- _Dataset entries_
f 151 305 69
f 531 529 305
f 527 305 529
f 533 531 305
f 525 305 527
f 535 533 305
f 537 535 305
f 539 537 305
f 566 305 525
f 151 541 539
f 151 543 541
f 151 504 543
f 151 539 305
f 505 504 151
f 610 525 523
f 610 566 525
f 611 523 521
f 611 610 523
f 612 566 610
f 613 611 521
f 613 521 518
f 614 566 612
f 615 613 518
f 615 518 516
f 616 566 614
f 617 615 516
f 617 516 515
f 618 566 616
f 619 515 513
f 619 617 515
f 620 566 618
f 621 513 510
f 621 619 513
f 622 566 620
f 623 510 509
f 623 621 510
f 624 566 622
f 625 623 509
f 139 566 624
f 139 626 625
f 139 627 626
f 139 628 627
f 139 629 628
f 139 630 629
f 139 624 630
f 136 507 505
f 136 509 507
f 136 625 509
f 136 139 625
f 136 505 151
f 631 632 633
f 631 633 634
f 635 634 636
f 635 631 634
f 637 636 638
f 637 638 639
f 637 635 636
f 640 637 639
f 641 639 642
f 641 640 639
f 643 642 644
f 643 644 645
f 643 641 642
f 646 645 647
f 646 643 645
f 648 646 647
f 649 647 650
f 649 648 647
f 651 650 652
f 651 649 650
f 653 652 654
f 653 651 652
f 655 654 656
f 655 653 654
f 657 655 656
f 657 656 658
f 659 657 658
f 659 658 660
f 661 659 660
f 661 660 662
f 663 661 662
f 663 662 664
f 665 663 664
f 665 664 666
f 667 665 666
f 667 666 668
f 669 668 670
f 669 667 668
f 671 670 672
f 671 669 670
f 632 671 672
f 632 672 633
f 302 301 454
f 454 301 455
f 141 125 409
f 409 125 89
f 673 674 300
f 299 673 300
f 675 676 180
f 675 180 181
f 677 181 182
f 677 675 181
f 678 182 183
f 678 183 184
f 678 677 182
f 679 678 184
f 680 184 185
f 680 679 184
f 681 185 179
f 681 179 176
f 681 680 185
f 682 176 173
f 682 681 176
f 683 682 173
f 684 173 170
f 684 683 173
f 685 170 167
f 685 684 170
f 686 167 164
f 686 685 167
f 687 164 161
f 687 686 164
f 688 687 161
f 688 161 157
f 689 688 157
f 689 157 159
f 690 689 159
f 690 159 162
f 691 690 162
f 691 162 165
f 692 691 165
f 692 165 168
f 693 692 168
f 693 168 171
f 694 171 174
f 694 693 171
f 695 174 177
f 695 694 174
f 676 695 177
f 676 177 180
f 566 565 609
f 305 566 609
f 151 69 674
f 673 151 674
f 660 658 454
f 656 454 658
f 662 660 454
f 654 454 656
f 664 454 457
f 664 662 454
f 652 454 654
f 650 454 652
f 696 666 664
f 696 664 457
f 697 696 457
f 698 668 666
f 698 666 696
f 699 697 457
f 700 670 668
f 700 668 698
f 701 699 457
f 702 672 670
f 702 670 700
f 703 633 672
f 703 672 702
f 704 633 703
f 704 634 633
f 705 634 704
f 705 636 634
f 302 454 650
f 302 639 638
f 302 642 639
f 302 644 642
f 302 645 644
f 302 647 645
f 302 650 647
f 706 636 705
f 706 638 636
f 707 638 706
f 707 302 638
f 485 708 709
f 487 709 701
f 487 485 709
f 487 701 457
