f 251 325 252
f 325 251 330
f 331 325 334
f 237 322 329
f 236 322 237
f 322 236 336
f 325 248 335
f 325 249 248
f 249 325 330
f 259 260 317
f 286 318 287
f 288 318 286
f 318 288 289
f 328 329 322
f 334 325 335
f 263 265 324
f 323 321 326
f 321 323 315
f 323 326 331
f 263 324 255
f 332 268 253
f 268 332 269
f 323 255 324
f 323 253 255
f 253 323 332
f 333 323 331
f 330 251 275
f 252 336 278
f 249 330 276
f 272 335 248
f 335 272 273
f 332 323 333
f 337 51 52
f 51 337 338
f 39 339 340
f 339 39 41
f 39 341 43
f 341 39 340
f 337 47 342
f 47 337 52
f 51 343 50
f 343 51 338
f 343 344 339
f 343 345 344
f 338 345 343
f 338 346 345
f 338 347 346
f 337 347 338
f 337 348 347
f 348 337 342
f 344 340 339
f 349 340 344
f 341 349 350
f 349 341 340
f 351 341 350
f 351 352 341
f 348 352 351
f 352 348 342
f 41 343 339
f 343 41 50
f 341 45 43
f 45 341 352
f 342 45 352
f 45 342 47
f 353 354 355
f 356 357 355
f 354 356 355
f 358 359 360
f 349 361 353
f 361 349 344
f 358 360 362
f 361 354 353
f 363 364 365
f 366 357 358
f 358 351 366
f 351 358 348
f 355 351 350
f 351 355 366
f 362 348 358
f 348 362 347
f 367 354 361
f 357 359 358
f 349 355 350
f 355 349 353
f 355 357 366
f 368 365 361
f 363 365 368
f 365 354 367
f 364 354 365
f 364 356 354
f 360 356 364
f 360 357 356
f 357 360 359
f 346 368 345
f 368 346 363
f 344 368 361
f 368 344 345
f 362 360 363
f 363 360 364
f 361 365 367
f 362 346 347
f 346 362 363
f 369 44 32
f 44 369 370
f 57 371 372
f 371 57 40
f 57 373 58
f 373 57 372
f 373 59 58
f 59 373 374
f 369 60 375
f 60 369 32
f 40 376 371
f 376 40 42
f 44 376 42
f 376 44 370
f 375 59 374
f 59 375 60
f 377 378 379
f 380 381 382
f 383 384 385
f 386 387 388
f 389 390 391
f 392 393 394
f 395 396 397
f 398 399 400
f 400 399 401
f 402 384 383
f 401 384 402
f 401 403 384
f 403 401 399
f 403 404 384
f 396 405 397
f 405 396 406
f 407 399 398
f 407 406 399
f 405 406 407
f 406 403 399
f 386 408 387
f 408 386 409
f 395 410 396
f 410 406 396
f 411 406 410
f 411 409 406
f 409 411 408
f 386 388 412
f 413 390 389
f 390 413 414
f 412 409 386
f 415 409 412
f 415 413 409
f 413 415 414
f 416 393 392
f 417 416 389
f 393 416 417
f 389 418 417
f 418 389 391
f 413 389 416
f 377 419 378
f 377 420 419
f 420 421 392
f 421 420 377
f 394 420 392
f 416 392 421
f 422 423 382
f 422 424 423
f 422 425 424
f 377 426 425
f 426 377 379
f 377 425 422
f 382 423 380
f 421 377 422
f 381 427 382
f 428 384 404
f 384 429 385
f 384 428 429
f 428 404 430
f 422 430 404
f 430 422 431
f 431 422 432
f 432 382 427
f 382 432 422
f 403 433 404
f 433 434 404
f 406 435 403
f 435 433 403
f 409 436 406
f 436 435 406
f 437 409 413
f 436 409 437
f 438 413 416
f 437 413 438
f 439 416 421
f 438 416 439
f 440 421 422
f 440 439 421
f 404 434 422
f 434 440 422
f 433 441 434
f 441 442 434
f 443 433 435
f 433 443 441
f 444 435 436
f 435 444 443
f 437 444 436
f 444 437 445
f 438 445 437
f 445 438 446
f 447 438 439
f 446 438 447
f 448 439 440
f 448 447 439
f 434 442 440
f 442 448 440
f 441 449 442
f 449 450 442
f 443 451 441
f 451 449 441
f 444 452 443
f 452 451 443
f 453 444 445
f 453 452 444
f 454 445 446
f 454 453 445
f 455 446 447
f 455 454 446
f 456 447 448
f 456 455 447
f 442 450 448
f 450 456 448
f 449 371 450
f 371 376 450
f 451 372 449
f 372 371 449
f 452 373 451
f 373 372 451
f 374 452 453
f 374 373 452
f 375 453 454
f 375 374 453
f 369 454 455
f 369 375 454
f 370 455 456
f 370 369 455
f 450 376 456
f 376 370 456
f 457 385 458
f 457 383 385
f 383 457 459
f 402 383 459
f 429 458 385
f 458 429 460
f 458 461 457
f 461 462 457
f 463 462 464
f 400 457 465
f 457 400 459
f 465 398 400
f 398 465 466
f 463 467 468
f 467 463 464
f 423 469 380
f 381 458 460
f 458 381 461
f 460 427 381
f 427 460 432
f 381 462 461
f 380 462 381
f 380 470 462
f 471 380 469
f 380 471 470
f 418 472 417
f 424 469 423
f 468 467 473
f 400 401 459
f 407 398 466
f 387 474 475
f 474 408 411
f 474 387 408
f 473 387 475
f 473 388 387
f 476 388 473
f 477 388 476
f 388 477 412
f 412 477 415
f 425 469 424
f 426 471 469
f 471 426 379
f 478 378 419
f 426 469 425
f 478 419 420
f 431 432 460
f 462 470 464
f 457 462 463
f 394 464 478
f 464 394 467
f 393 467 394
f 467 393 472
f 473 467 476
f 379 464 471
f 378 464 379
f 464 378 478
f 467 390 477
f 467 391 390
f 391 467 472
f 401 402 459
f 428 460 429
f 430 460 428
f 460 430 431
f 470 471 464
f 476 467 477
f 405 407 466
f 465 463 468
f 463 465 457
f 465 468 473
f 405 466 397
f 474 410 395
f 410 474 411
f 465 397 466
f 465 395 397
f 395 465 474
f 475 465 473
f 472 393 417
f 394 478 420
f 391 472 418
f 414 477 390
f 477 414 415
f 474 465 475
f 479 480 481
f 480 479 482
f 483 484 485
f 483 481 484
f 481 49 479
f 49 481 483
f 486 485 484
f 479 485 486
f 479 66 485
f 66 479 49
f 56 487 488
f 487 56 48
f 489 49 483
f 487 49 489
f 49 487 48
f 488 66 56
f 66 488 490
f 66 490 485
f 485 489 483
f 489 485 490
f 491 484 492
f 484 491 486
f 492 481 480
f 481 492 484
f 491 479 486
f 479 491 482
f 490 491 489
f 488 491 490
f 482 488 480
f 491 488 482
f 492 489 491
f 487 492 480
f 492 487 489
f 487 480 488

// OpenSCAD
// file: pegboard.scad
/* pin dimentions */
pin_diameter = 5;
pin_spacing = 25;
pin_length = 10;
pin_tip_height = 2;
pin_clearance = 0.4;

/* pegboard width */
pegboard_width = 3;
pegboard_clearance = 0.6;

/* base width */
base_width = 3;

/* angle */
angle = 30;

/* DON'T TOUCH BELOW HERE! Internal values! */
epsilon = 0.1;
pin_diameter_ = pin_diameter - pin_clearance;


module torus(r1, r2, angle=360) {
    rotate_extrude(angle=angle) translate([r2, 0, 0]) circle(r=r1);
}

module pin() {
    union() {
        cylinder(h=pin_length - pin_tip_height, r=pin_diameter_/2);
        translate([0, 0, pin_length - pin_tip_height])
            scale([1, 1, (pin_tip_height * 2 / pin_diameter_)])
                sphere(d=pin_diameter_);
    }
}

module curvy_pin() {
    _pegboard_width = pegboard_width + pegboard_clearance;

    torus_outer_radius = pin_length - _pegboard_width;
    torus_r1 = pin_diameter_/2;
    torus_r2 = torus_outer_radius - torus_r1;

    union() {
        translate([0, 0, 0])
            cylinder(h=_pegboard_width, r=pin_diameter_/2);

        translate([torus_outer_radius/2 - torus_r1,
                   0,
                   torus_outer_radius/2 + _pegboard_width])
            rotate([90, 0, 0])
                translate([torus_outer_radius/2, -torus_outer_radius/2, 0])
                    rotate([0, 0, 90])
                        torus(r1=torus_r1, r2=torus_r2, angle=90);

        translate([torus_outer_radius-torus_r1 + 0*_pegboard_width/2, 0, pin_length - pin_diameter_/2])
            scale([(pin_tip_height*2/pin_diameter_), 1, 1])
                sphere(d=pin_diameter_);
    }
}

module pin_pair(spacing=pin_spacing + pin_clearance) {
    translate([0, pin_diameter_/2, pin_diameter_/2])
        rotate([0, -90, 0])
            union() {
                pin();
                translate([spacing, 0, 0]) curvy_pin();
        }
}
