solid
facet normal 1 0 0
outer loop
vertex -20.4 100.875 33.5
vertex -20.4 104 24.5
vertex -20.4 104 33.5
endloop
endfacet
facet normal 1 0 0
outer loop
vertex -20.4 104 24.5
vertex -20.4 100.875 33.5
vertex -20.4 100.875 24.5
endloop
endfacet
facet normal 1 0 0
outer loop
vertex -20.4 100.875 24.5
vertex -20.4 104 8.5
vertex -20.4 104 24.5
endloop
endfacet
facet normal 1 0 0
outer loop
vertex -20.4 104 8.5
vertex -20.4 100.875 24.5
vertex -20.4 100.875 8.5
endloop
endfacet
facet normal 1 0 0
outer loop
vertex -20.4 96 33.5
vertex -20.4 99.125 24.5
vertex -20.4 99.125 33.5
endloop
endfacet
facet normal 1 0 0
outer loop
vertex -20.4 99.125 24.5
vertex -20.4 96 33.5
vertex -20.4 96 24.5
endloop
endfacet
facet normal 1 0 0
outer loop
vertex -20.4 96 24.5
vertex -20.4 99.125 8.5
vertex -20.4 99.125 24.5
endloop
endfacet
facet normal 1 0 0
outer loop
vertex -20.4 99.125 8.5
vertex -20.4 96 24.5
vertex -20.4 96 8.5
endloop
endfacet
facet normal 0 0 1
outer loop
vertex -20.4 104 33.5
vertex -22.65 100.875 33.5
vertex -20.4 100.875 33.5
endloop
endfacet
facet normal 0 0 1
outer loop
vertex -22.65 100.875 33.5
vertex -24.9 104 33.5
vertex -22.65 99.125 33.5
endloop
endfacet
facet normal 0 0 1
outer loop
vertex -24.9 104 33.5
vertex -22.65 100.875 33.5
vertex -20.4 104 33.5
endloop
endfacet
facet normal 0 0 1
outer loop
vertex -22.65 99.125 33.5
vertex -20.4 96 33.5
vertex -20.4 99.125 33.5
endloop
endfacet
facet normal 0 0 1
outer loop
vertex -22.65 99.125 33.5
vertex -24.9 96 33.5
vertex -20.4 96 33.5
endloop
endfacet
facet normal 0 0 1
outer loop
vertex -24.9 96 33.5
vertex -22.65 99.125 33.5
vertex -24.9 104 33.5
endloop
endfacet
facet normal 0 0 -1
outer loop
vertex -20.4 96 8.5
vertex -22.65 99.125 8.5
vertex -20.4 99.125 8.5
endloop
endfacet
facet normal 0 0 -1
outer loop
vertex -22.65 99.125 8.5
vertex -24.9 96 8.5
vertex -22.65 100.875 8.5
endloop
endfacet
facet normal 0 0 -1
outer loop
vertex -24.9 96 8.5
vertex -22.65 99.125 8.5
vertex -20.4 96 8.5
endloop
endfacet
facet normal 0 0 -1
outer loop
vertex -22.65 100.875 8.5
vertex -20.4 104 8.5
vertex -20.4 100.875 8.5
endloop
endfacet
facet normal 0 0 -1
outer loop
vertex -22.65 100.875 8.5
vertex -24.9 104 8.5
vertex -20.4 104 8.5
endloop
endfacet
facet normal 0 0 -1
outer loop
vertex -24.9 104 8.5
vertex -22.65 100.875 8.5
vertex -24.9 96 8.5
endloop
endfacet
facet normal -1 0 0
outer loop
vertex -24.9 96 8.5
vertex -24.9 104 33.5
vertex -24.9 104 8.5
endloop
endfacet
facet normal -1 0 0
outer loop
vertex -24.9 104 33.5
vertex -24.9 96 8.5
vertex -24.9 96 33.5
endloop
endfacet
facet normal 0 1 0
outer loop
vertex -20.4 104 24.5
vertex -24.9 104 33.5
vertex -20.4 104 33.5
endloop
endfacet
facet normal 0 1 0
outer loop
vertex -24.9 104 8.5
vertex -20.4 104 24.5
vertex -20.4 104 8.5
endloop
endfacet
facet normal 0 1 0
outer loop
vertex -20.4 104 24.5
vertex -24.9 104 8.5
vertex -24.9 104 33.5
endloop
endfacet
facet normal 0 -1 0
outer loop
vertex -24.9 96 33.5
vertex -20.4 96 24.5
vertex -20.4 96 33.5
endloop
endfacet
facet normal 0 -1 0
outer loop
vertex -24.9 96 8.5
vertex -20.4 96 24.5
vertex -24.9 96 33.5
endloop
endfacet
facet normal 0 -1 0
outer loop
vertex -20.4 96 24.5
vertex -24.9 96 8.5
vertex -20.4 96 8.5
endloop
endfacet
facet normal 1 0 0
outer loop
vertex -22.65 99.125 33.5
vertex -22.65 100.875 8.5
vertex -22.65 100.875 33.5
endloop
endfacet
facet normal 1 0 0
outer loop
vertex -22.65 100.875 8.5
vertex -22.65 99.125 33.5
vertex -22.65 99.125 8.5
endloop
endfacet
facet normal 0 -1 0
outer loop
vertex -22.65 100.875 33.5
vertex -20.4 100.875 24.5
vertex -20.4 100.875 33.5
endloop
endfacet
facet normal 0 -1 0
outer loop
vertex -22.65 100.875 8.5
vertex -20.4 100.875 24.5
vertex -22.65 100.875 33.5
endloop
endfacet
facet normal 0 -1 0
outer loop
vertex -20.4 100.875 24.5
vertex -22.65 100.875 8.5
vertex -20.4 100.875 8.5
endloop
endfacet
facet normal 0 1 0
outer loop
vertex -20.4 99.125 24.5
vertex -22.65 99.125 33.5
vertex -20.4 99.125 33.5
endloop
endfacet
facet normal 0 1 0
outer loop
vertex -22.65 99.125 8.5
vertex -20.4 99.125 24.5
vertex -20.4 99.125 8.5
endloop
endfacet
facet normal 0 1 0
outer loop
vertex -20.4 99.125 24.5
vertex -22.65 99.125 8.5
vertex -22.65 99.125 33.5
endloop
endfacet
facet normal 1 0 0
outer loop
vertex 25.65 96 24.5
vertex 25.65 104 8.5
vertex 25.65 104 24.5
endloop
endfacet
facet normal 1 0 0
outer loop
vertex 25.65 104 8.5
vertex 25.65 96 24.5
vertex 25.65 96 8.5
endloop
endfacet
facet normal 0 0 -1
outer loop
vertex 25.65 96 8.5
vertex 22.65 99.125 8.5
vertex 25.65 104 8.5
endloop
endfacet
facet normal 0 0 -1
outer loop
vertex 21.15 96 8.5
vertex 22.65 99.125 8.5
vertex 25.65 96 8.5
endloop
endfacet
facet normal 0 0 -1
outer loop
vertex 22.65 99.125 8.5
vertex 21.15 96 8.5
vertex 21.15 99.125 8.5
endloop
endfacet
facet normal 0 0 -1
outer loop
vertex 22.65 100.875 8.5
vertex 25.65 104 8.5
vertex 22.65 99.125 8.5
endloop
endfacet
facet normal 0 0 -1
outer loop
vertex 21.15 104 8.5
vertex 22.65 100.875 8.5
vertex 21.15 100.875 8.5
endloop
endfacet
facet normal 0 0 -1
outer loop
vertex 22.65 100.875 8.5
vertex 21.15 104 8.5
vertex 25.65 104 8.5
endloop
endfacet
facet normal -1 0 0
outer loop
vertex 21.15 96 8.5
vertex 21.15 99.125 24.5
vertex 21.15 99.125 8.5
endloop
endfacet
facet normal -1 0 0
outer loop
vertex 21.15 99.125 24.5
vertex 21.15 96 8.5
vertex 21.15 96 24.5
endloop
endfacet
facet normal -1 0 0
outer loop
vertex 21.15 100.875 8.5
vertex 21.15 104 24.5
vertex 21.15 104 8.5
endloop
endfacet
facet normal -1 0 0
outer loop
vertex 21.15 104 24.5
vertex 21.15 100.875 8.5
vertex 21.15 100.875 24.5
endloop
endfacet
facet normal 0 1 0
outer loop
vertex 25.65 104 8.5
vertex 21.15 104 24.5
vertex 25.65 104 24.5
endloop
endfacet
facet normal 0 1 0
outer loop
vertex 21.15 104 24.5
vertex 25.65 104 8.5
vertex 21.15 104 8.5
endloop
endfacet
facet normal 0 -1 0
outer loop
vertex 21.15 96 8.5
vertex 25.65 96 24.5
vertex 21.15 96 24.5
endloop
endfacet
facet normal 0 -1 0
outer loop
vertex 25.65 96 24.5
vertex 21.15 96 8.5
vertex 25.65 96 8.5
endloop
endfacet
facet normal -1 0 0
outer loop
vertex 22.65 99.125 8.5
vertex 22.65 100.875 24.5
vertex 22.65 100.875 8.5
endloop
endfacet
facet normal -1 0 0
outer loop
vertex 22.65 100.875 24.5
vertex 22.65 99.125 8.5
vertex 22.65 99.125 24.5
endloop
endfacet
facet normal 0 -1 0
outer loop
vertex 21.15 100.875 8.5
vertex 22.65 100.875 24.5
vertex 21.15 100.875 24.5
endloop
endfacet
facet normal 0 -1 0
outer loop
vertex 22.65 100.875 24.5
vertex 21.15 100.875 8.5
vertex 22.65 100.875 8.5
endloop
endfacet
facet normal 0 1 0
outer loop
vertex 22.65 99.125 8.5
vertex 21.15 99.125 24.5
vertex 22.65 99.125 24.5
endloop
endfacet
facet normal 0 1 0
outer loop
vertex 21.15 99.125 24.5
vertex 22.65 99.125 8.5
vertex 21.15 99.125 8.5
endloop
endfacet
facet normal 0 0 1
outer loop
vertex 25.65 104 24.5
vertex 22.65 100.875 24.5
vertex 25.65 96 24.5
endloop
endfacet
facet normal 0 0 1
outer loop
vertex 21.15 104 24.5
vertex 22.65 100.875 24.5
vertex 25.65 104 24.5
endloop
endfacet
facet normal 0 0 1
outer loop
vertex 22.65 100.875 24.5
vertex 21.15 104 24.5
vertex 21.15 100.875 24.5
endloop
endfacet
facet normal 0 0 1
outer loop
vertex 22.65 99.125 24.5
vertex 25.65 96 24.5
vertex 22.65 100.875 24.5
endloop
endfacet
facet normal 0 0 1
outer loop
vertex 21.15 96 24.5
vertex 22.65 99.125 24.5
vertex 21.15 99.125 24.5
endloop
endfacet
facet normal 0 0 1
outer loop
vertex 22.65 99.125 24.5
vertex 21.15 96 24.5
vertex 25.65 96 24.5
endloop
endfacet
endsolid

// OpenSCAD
$fa = 1; $fs = $preview ? 0.5 : 0.5;
$fn = $preview? 200 : 200;

$ellipse_length = 106;
$ellipse_width = 56;
$base_height = 8.5;
$casing_straight_height = 80;
$casing_roof_height = 20;
$screw_thickness = 2;
$board_width = 45.3;
$board_thickness = 1.75;
$rail_height = 25;
$rail_width = 4.5;
$rail_length = 8;
$ellipse_inner_width = $ellipse_width-2.5;
$cutout_square_width = $board_width-1.5;

$angular_cutaway_start = $base_height-2+7;
$angular_cutaway_end = $rail_height;
module elrdcyl(
   w, // width of cylinder
   d, // depth of cylinder
   h1,// straight height of cylinder
   h2 // height of rounded top
   ) {
   intersection(){
     union(){
       scale([w/2,d/2,1])cylinder(r=1,h=h1);  // cylinder
       translate([0,0,h1])scale([w/2,d/2,h2])sphere(r=1);  // top
     }
     scale([w/2,d/2,1])cylinder(r=1,h=h1+h2); // only needed if h2>h1 
   }
}
module cover_main() {
elrdcyl($ellipse_length,$ellipse_width,$casing_straight_height,$casing_roof_height);
}

$notch_height = 20;
$notch_width = 12;
$notch_start = $casing_straight_height+$casing_roof_height-3;
$through_hole = 2.8;
//$notch_start = 0;
$pitch = 5;
$screw_height = 13;
$screw_width = 10;
$screwtop_height = 8;
$screwtop_radius = 6;



$cutout_insert_width = 3;
                
$battery_to_rail_distance = 0;
$battery_cutout_cylinder_width = 2;
$cutout_insert_length = ($ellipse_inner_width/2)-$screw_thickness;


    difference() {
         translate([-($board_width+$rail_width)/2, 100-$rail_length/2, $base_height]) cube([$rail_width, $rail_length, $rail_height]);
         translate([-$board_width/2, 100-$board_thickness/2, $base_height-2]) cube([$board_width, $board_thickness, $rail_height+15]);
         translate([$rail_width, 100, $rail_height+24.5]) cube([$board_width+$rail_width, $rail_length, $rail_height+25], true);
     }
    difference() {
         translate([($board_width)/2-1.5, 100-$rail_length/2, $base_height]) cube([$rail_width, $rail_length, $rail_height]);
         translate([-$board_width/2, 100-$board_thickness/2, $base_height-2]) cube([$board_width, $board_thickness, $rail_height+15]);
         translate([$rail_width, 100, $rail_height+24.5]) cube([$board_width+$rail_width, $rail_length, $rail_height+25], true);
     }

- _INSTRUCTIONS FOR THE TASK_
In the entries, find every line holding "angle" and copy it.

- _REPLY_
/* angle */
angle = 30;
module torus(r1, r2, angle=360) {
    rotate_extrude(angle=angle) translate([r2, 0, 0]) circle(r=r1);
                        torus(r1=torus_r1, r2=torus_r2, angle=90);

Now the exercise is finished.